There is no universally accepted definition of “artificial intelligence,” and the rapid state of evolution in the field, as well as the proliferation of use cases, makes coalescing around any such definition difficult. . . Generally speaking, AI systems tend to have characteristics such as the ability to learn to solve complex problems, make predictions, or undertake tasks that heretofore have relied on human decision making or intervention. There are many illustrative examples of AI that can help frame the issue for the purpose of this Statement. They include, but are not limited to, AI assistants, computer vision systems, biomedical research, unmanned vehicle systems, advanced game-playing software, and facial recognition systems as well as application of AI in both information technology and operational technology.

There are a couple of definitions that have gained currency in the law.

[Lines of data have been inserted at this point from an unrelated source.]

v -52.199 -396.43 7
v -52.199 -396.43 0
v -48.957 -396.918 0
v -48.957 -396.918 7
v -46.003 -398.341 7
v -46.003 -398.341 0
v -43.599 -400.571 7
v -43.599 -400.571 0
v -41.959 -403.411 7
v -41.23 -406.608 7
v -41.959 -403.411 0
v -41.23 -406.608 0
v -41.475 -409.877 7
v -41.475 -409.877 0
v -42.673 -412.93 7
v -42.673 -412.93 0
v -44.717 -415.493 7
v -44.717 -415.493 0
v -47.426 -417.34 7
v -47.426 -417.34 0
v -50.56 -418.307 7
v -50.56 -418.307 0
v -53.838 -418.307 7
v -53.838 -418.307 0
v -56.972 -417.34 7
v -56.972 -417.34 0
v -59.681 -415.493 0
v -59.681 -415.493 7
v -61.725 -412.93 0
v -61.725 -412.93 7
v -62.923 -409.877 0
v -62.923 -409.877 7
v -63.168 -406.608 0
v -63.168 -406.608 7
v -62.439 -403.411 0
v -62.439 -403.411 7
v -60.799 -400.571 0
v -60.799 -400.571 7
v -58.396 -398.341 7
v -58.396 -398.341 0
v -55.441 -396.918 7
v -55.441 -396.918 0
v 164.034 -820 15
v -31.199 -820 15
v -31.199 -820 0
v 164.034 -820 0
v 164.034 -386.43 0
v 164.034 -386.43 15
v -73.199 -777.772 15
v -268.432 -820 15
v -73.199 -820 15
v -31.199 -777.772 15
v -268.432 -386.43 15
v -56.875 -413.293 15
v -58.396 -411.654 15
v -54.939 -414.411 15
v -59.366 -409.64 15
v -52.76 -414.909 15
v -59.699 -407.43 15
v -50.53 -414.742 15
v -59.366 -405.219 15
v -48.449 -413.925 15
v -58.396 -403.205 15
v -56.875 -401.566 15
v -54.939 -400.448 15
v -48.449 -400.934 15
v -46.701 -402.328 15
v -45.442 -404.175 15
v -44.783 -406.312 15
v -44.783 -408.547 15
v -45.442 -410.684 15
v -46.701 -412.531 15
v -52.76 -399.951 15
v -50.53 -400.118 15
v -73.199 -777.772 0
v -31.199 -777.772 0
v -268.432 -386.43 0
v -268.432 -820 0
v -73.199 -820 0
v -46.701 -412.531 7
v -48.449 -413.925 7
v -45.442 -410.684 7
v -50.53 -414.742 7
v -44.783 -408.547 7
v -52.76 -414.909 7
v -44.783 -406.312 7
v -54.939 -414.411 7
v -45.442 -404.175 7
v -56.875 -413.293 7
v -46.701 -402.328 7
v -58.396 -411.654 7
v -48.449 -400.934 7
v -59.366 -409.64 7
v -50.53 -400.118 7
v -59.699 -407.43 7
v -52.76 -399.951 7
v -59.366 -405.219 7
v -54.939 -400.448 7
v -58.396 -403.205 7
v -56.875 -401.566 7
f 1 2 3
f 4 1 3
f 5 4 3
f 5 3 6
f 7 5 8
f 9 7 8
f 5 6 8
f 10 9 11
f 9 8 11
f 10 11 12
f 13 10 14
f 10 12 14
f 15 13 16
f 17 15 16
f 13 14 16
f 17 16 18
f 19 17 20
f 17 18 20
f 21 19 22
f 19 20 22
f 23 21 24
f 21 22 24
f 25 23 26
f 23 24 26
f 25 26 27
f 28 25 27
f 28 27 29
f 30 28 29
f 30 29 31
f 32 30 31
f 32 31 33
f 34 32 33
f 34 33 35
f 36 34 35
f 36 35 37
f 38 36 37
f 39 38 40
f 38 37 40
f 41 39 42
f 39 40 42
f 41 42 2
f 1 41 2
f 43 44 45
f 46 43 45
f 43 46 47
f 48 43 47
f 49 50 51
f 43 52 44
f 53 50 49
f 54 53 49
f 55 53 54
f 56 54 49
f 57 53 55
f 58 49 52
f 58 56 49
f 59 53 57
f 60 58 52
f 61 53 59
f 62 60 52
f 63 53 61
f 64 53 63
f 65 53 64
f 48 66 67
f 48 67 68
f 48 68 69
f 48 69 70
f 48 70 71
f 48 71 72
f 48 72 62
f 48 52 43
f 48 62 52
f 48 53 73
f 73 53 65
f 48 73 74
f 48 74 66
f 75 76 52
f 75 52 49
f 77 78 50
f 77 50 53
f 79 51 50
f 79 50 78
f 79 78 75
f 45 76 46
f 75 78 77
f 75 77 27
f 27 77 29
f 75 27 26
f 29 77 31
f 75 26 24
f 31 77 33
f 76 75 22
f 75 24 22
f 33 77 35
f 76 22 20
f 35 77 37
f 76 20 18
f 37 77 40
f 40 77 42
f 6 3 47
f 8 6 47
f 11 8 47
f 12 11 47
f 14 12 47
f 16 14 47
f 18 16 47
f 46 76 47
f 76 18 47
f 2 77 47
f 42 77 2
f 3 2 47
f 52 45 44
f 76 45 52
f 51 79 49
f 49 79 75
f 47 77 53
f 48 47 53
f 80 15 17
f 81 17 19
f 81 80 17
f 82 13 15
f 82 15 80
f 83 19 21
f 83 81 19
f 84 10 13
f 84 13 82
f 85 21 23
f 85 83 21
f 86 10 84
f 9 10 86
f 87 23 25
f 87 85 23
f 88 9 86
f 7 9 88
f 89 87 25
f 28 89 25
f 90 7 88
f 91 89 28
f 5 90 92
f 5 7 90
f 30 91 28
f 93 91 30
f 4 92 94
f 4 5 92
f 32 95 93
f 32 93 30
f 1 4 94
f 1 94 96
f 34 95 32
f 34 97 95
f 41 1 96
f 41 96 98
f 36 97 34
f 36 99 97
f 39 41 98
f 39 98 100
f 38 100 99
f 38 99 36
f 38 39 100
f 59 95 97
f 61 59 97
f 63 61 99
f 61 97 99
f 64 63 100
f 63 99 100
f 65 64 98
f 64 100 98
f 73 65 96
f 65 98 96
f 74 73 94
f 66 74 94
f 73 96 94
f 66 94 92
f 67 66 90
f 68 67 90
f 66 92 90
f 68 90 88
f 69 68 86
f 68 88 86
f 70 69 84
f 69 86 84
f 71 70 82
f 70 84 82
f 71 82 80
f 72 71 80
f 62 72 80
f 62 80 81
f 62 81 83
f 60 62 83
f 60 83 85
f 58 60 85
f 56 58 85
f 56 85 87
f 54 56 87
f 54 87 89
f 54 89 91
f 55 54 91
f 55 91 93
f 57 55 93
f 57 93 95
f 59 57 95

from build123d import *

# Parameters (mm, degrees)
ESQUISSE1_W             = 432.465319529
ESQUISSE1_H             = 1000
BOSS_EXTRU_1_DEPTH      = 15
ESQUISSE2_W             = 15
ESQUISSE2_H             = 180
ENL_V_MAT_EXTRU_1_DEPTH = 1090.610596771
ESQUISSE3_W             = 15
ESQUISSE3_H             = 386.42955672
ENL_V_MAT_EXTRU_2_DEPTH = 928.173798484
ESQUISSE4_W             = 42
ESQUISSE4_H             = 42.455270474
ENL_V_MAT_EXTRU_3_DEPTH = 863.948765929
ENL_V_MAT_EXTRU_4_DEPTH = 7
ESQUISSE6_R             = 7.5
ENL_V_MAT_EXTRU_5_DEPTH = 863.85547609


with BuildPart() as part:
    # Esquisse1 → Boss.-Extru.1 (new body)
    with BuildSketch(Plane.XY):
        with Locations((-52.199031023, -500)):
            Rectangle(ESQUISSE1_W, ESQUISSE1_H)
    extrude(amount=BOSS_EXTRU_1_DEPTH)

    # Esquisse2 → Enlèv. mat.-Extru.1 (cut, through all)
    with BuildSketch(Plane(origin=(164.033628742, 0, 0), x_dir=(0, 0, -1), z_dir=(1, 0, 0))):
        with Locations((-7.5, -910)):
            Rectangle(ESQUISSE2_W, ESQUISSE2_H)
    extrude(amount=-ENL_V_MAT_EXTRU_1_DEPTH, mode=Mode.SUBTRACT)

    # Esquisse3 → Enlèv. mat.-Extru.2 (cut, through all)
    with BuildSketch(Plane.ZY.offset(268.431690787)):
        with Locations((7.5, -193.21477836)):
            Rectangle(ESQUISSE3_W, ESQUISSE3_H)
    extrude(amount=-ENL_V_MAT_EXTRU_2_DEPTH, mode=Mode.SUBTRACT)

    # Esquisse4 → Enlèv. mat.-Extru.3 (cut, through all)
    with BuildSketch(Plane(origin=(0, 0, 0), x_dir=(-1, 0, 0), z_dir=(0, 0, -1))):
        with Locations((52.199031023, -799)):
            Rectangle(ESQUISSE4_W, ESQUISSE4_H)
    extrude(amount=-ENL_V_MAT_EXTRU_3_DEPTH, mode=Mode.SUBTRACT)

    # Esquisse5 → Enlèv. mat.-Extru.4 (cut)
    with BuildSketch(Plane(origin=(0, 0, 0), x_dir=(-1, 0, 0), z_dir=(0, 0, -1))):
        with BuildLine():
            ThreePointArc((52.199031023, -418.42955672), (63.199031023, -407.42955672), (52.199031023, -396.42955672))
            ThreePointArc((52.199031023, -396.42955672), (41.199031023, -407.42955672), (52.199031023, -418.42955672))
        make_face()
    extrude(amount=-ENL_V_MAT_EXTRU_4_DEPTH, mode=Mode.SUBTRACT)

    # Esquisse6 → Enlèv. mat.-Extru.5 (cut, through all)
    with BuildSketch(Plane(origin=(0, 0, 7), x_dir=(-1, 0, 0), z_dir=(0, 0, -1))):
        with Locations((52.199031023, -407.42955672)):
            Circle(ESQUISSE6_R)
    extrude(amount=-ENL_V_MAT_EXTRU_5_DEPTH, mode=Mode.SUBTRACT)


solid = part.part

The first is contained in the John S. McCain National Defense Authorization Act for Fiscal Year 2019, and is used in the AI in Government Act of 2020, Executive Order 13960, and Office of Management and Budget, M-21-06. It reads as follows:

(1) Any artificial system that performs tasks under varying and unpredictable circumstances without significant human oversight, or that can learn from experience and improve performance when exposed to data sets. (2) An artificial system developed in computer software, physical hardware, or another context that solves tasks requiring human-like perception, cognition, planning, learning, communication, or physical action. (3) An artificial system designed to think or act like a human, including cognitive architectures and neural networks. (4) A set of techniques, including machine learning, that is designed to approximate a cognitive task. (5) An artificial system designed to act rationally, including an intelligent software agent or embodied robot that achieves goals using perception, planning, reasoning, learning, communicating, decision making, and acting.

The second definition is contained in the National Artificial Intelligence Act of 2020. It reads:

The term artificial intelligence means a machine-based system that can, for a given set of human-defined objectives, make predictions, recommendations or decisions influencing real or virtual environments. Artificial intelligence systems use machine and human-based inputs to—(A) perceive real and virtual environments; (B) abstract such perceptions into models through analysis in an automated manner; and (C) use model inference to formulate options for information or action.

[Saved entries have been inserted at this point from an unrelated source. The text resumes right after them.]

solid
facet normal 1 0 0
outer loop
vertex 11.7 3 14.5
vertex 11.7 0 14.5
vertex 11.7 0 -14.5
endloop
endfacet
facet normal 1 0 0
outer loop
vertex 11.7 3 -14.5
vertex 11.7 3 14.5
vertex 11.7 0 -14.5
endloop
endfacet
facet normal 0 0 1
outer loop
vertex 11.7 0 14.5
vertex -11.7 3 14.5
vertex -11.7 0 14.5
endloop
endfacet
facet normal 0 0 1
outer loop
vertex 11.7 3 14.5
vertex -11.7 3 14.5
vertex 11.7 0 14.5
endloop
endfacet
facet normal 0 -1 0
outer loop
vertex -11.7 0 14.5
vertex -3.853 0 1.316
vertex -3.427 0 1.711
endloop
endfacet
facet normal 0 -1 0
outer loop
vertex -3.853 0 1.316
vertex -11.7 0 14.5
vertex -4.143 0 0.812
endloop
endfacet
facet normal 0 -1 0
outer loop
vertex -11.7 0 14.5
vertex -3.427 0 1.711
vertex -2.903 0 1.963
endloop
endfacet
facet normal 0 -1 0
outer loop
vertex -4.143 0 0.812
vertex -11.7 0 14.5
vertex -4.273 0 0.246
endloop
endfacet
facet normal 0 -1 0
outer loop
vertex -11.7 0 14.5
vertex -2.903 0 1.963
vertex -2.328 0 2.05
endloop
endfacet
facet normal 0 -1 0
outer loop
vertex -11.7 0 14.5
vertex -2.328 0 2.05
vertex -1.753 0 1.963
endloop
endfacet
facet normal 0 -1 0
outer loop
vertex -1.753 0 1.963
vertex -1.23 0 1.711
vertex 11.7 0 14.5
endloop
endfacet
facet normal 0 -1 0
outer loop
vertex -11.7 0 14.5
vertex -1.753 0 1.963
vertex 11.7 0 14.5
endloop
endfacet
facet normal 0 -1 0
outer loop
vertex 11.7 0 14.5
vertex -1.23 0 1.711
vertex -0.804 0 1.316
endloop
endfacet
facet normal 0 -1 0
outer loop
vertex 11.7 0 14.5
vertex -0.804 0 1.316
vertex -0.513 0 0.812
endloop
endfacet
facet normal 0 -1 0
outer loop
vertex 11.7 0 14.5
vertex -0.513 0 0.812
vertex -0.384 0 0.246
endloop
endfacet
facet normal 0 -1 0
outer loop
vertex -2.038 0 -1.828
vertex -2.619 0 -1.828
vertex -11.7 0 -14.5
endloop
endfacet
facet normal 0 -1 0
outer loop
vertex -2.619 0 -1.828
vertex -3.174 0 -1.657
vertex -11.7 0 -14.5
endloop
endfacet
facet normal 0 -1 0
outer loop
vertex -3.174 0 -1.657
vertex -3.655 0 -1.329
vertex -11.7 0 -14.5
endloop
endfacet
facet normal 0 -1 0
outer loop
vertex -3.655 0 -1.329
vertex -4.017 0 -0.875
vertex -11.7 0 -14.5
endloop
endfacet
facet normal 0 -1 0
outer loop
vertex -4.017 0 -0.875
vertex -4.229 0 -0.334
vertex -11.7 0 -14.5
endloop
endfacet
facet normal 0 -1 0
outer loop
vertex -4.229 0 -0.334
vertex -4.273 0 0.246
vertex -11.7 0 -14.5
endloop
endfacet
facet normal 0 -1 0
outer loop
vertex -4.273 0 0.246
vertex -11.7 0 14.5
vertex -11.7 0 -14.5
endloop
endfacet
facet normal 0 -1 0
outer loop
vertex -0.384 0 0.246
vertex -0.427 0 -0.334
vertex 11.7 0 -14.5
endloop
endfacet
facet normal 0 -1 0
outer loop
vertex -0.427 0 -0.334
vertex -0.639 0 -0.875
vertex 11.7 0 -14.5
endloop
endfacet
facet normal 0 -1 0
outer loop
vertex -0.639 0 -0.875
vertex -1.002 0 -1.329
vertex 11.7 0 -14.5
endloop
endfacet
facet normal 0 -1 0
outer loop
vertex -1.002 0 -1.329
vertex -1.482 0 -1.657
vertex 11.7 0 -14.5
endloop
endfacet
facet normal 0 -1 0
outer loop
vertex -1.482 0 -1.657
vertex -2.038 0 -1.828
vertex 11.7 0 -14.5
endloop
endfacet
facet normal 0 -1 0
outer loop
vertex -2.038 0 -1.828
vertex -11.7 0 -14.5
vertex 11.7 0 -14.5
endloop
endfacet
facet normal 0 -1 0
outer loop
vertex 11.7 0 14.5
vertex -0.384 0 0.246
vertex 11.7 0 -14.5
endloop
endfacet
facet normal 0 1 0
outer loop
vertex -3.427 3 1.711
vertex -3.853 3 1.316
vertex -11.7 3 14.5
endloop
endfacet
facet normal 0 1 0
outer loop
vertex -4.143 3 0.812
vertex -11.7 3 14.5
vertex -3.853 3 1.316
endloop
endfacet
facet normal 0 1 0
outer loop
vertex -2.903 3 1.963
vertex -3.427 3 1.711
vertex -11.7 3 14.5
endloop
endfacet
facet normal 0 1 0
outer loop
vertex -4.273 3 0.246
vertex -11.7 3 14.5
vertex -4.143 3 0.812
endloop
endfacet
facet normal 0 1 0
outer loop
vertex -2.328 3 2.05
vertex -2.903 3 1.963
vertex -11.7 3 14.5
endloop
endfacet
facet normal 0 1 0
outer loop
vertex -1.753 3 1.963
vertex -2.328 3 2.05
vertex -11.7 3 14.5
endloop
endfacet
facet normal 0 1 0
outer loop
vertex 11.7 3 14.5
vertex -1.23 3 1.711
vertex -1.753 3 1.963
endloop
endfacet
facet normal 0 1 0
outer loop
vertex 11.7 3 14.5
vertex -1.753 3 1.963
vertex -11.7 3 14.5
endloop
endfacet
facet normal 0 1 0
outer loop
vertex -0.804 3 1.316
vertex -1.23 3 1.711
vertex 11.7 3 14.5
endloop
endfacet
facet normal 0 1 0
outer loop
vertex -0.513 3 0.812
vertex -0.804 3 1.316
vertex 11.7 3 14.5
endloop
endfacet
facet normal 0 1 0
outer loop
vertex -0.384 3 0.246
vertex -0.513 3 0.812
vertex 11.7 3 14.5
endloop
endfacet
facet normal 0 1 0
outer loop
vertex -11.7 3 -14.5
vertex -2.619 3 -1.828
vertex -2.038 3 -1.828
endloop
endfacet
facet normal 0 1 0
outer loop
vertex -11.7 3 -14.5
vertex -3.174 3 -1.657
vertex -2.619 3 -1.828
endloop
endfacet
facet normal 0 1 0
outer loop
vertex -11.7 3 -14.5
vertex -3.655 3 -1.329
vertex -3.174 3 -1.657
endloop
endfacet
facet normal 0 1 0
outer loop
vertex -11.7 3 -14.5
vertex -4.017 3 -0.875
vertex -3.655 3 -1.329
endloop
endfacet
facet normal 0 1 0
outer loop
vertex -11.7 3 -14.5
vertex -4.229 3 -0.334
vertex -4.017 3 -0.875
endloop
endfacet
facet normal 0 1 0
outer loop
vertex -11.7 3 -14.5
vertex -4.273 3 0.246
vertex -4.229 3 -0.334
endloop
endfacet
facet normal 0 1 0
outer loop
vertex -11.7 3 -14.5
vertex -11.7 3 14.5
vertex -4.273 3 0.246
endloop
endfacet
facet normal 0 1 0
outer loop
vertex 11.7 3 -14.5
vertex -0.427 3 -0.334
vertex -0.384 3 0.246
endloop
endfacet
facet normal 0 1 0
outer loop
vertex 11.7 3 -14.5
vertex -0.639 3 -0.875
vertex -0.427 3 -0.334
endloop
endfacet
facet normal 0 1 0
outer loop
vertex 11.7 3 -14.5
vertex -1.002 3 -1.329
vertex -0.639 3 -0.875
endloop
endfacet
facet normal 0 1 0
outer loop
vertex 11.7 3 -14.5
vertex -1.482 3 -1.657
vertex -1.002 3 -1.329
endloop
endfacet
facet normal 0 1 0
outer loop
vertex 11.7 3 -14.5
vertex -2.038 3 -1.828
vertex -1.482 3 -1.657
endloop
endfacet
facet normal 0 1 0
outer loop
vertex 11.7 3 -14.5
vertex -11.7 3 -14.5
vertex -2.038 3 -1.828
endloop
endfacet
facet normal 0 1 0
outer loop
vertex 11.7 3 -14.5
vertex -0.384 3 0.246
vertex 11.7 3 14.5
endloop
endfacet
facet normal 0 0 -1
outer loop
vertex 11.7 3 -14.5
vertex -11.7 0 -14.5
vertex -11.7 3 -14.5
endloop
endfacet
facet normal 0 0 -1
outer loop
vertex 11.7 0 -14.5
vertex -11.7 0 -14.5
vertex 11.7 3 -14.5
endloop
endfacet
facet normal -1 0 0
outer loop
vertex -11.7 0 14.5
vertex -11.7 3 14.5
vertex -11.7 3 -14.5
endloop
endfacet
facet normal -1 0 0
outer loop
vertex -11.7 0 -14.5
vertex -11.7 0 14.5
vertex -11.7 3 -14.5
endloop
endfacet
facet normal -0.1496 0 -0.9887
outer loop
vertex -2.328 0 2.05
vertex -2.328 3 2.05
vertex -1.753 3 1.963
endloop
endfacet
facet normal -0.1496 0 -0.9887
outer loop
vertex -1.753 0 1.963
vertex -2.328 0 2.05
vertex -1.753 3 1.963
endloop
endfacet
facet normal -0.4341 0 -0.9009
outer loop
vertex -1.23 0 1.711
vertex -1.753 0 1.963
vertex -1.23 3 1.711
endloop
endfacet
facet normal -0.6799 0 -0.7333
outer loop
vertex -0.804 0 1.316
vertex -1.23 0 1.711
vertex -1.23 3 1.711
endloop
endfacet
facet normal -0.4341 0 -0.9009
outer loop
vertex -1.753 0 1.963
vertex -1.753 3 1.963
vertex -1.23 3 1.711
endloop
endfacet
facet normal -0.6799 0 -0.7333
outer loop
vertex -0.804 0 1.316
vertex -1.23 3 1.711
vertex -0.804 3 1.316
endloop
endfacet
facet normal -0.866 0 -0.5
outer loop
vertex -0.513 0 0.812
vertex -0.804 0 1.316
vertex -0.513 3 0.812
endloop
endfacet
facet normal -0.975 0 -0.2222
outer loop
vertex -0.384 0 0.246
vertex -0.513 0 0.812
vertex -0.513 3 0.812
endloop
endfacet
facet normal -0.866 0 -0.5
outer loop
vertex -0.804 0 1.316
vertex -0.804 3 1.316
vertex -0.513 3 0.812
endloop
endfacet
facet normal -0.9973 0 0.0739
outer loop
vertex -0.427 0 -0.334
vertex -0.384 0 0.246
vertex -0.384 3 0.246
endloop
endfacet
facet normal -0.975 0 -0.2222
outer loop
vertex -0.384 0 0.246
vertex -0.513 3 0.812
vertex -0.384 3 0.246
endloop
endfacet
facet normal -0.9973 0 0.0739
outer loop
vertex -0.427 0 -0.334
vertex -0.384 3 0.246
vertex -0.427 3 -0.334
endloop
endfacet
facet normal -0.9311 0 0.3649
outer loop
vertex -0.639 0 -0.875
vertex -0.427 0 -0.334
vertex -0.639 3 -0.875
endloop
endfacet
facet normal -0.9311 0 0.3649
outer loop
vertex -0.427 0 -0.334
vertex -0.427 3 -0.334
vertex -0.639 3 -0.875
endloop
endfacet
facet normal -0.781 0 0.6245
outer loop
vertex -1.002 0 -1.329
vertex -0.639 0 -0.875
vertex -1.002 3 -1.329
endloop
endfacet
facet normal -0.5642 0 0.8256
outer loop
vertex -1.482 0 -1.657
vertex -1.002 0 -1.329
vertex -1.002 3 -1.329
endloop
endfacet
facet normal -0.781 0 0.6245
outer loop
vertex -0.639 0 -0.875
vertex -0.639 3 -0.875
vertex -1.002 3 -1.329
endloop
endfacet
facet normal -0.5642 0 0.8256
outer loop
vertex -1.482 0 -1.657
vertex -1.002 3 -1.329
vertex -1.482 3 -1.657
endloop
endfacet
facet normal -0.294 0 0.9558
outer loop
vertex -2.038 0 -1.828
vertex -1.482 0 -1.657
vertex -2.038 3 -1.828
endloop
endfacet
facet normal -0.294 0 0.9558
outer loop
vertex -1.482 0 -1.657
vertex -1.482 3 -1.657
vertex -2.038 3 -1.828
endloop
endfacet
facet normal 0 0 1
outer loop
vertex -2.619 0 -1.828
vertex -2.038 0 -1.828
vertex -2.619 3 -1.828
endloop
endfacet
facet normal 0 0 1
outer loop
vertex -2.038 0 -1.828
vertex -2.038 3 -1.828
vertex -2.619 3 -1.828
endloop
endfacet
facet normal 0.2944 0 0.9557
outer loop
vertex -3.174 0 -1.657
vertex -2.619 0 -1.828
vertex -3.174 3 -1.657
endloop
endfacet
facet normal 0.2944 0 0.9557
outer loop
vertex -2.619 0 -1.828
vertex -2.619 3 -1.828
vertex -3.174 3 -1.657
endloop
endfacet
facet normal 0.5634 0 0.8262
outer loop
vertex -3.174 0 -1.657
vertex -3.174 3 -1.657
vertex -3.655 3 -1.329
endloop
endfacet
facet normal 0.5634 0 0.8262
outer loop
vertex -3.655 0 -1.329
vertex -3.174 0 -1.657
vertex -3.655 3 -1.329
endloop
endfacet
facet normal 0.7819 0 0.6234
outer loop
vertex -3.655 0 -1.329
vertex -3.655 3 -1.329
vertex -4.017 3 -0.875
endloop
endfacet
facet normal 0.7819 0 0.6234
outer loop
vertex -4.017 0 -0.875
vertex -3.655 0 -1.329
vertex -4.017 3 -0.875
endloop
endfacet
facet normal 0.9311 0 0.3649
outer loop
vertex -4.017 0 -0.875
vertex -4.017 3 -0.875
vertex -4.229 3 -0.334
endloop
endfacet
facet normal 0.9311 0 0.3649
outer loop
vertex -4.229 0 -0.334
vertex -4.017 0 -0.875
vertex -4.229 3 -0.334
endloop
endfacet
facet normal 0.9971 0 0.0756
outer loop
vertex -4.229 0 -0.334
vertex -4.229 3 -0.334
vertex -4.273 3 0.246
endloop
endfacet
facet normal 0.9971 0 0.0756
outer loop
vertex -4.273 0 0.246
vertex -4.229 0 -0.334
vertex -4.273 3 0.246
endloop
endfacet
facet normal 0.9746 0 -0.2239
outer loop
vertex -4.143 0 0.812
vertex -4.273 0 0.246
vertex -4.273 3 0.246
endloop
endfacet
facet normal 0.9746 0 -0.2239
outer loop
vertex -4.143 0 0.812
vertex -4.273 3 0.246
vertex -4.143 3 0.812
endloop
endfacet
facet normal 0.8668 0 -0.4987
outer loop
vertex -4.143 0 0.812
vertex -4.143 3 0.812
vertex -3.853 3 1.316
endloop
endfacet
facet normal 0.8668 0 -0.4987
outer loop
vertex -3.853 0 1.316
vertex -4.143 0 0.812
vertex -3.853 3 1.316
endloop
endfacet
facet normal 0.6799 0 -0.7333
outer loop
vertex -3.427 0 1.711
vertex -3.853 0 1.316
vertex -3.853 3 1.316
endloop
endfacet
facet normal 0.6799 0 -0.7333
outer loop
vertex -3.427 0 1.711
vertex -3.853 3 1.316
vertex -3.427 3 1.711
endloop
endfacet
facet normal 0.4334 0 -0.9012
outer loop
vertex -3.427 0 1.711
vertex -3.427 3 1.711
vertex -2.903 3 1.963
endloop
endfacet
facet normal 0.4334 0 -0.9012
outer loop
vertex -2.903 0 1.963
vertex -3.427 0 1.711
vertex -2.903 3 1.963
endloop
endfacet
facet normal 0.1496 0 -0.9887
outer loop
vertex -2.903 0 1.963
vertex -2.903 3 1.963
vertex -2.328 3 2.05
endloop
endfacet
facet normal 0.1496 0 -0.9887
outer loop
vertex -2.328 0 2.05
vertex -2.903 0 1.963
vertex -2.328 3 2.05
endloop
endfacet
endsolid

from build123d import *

# Parameters (mm, degrees)
BOSS_EXTRUDE1_DEPTH   = 3
BOSS_EXTRUDE1_2_DEPTH = 3
SKETCH1_W             = 23.4
SKETCH1_H             = 29
SKETCH1_R             = 1
BOSS_EXTRUDE1_3_DEPTH = 3
FILLET1_R             = 2
SKETCH5_R             = 1.44
CUT_EXTRUDE3_DEPTH    = 10
CUT_EXTRUDE4_DEPTH    = 10
SKETCH8_R             = 1
CUT_EXTRUDE5_DEPTH    = 10
SKETCH9_R             = 3.026992654
BOSS_EXTRUDE3_DEPTH   = 3
SKETCH10_R            = 1.95
CUT_EXTRUDE6_DEPTH    = 10
SKETCH13_W            = 23.4
SKETCH13_H            = 29
SKETCH13_R            = 1.95
BOSS_EXTRUDE4_DEPTH   = 3


with BuildPart() as part:
    # Sketch1 → Boss-Extrude1 (new body)
    with BuildSketch(Plane(origin=(0, 0, 0), x_dir=(1, 0, 0), z_dir=(0, 1, 0))):
        with BuildLine():
            add(Edge.make_bspline(
                [(19.180993887, -14.242526212), (19.80083761, -12.341053413), (17.899318471, -11.721194585), (17.279474749, -13.622667384), (16.659631026, -15.524140184), (18.561150164, -16.143999012), (19.180993887, -14.242526212)],
                knots=[0, 0, 0, 0, 0.5, 0.5, 0.5, 1, 1, 1, 1], degree=3, weights=[1, 0.333333333, 0.333333333, 1, 0.333333333, 0.333333333, 1]))
        make_face()
    extrude(amount=BOSS_EXTRUDE1_DEPTH)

Lastly, there are definitions that have been formulated as part of sector-specific proposed legislation, for instance bills on facial recognition, driverless cars, and social media. One example is the proposed Algorithmic Justice and Online Platform Transparency Act, which is targeted at commercial uses of algorithms on online platforms. Section 3 defines “Algorithmic process” as:

a computational process, including one derived from machine learning or other artificial intelligence techniques, that processes personal information or other data for the purpose of determining the order or manner that a set of information is provided, recommended to, or withheld from a user of an online platform, including the provision of commercial content, the display of social media posts, or any other method of automated decision making, content selection, or content amplification.

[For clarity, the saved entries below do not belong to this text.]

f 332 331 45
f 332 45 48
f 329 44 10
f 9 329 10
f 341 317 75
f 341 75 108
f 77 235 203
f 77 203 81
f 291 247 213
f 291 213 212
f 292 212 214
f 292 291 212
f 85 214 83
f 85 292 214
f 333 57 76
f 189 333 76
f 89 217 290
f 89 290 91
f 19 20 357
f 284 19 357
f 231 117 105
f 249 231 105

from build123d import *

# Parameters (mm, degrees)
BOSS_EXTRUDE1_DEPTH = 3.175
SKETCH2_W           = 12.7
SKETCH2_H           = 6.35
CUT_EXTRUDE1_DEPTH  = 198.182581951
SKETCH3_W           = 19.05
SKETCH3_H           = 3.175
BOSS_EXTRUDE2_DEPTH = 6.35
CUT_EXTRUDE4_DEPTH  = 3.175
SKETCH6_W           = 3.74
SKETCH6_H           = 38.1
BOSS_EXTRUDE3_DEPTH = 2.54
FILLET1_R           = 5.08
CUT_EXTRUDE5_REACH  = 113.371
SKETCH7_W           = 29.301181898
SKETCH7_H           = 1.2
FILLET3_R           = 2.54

In keeping with the state of terminological flux, this Report uses the terms AI and algorithms interchangeably. Where, as is often the case, the law finds its origins in the 1970s and earlier computer practices of public administration, algorithm can refer to either old style computer programming or machine learning. There are a couple of other preliminaries to keep in mind before turning to the questionnaire. Unless otherwise stated, the discussion below refers to federal public administration, not to the state law governing the operation of the administrative agencies of the fifty states. Last, following conventional practice, the discussion of administration excludes national security agencies and defense agencies because of the different concerns and legal frameworks that apply in those domains.